= Emma Norton (lawyer) =

UK armed forces lawyer

Emma Norton, a British lawyer specialising in service personnel's rights, is the Director of the legal charity, the Centre for Military Justice, , a charity she founded in 2019 with Des James, the father of Pte Cheryl James who died at Deepcut Barracks, and retired Brig John Donnelly, the former head of Army Personal Services Group. She was the head of legal case work at Liberty, an advocacy group. She has represented many female soldiers who have had their claims of sexual assault ignored or mishandled, as well as bereaved families of women in the armed forces. She acted for three of the four Deepcut families whose children died amid allegations of bullying, abuse and neglect at Deepcut barracks between 1995 and 2001. She sits on the Human Rights Committee of the Law Society.

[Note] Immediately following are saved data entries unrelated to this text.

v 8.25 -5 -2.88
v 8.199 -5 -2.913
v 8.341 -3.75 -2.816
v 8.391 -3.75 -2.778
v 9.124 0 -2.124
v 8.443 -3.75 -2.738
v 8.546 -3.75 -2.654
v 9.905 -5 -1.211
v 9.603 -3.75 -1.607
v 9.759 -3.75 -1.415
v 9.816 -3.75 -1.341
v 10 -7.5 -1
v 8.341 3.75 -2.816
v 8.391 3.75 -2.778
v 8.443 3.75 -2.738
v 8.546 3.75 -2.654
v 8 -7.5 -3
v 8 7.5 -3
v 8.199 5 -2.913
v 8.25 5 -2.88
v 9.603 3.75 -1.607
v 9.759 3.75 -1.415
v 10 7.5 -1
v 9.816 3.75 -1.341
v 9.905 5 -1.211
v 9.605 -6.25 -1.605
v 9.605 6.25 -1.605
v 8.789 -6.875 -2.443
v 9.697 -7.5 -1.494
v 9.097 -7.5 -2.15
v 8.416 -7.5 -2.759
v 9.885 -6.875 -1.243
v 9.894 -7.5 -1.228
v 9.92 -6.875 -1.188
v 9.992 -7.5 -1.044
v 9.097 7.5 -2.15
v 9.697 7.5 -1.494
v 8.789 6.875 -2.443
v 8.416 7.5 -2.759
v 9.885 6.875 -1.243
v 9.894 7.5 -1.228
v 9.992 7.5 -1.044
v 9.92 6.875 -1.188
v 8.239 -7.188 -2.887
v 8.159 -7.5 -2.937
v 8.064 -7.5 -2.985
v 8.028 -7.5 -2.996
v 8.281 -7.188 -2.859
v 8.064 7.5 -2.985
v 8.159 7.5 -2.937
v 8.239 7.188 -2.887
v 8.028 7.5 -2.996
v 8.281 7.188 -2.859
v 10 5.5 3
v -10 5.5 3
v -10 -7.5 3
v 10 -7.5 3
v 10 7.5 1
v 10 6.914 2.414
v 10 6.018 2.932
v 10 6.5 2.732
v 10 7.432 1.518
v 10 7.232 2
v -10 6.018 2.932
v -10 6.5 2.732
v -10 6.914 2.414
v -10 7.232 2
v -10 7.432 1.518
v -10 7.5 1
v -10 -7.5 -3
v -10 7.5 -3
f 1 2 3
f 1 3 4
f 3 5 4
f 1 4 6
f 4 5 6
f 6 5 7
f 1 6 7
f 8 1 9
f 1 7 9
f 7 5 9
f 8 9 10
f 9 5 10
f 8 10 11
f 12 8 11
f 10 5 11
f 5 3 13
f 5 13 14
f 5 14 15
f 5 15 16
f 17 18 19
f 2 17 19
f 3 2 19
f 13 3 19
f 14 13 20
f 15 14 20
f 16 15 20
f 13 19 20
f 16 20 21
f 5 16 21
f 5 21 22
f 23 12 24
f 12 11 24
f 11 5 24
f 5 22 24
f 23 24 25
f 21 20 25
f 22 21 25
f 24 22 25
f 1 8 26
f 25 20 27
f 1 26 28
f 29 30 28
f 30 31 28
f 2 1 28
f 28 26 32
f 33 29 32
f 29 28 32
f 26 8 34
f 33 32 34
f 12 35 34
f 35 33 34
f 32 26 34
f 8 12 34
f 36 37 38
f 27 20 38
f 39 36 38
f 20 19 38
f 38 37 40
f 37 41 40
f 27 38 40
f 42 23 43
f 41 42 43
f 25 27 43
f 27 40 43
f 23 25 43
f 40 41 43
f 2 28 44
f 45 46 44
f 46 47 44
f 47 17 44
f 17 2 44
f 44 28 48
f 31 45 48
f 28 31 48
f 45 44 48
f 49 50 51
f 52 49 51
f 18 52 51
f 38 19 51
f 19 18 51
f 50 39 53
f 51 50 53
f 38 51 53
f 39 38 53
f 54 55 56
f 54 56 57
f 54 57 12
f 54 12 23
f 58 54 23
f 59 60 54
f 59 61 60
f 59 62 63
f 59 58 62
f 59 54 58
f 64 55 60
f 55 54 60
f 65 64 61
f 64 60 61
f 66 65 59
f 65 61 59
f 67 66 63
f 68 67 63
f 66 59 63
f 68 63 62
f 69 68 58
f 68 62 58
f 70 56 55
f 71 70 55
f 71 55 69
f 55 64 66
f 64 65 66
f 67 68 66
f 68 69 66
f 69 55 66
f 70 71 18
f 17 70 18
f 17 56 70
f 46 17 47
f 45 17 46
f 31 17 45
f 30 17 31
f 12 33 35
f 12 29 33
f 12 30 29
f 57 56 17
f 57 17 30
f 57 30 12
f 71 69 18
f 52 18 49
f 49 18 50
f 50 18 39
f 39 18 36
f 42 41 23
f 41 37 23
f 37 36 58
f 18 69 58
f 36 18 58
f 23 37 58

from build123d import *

# Parameters (mm, degrees)
SKETCH_1_W      = 20
SKETCH_1_H      = 15
EXTRUDE_1_DEPTH = 3
FILLET_1_R      = 2
FILLET_3_SIZE   = 2


with BuildPart() as part:
    # 草图1 → 凸台-拉伸1 (new, symmetric)
    with BuildSketch(Plane.XY):
        Rectangle(SKETCH_1_W, SKETCH_1_H)
    extrude(amount=EXTRUDE_1_DEPTH, both=True)

    # 圆角1
    fillet_1_edges = [part.edges().sort_by_distance(p)[0] for p in [
        (0, 7.5, 3),
    ]]
    fillet(fillet_1_edges, radius=FILLET_1_R)

    # 圆角3
    # a fillet whose section is not a circle: 2 mm, written as the material it takes off along each edge
    with BuildSketch(Plane(origin=(10, 12.5, -3), x_dir=(-1, 0, 0), z_dir=(0, -1, 0))) as fillet_3_piece_1:
        with BuildLine():
            Bezier((FILLET_3_SIZE, 0), (0, 0), (0, -FILLET_3_SIZE), weights=[1, 0.141421356, 1])
            Line((0, -FILLET_3_SIZE), (0, 0))
            Line((0, 0), (FILLET_3_SIZE, 0))
        make_face()
    extrude(amount=25, mode=Mode.SUBTRACT)


solid = part.part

Norton represented the family of the late Jaysley Beck, a gunner in the British Army who died after sexual assault and sexual harassment. An inquest into Jaysley's death found that the Army's failings in the handling of Jaysley's sexual assault allegation contributed to her death . She acted for former soldiers Kerry-Ann Knight and Dwight Pile-Gray who experienced serious racial discrimination in the Army, and the sisters of Cpl. Anne-Marie Ellement at the inquest into her death, where the coroner ruled that an alleged rape and bullying were factors in her suicide. She also represents the family of the late Pte Tony Harrison, a young paratrooper murdered by the IRA in 1991 in their efforts to secure accountability for his killing. . She lectures twice a year at the Defence Academy on human rights, discrimination and the armed forces.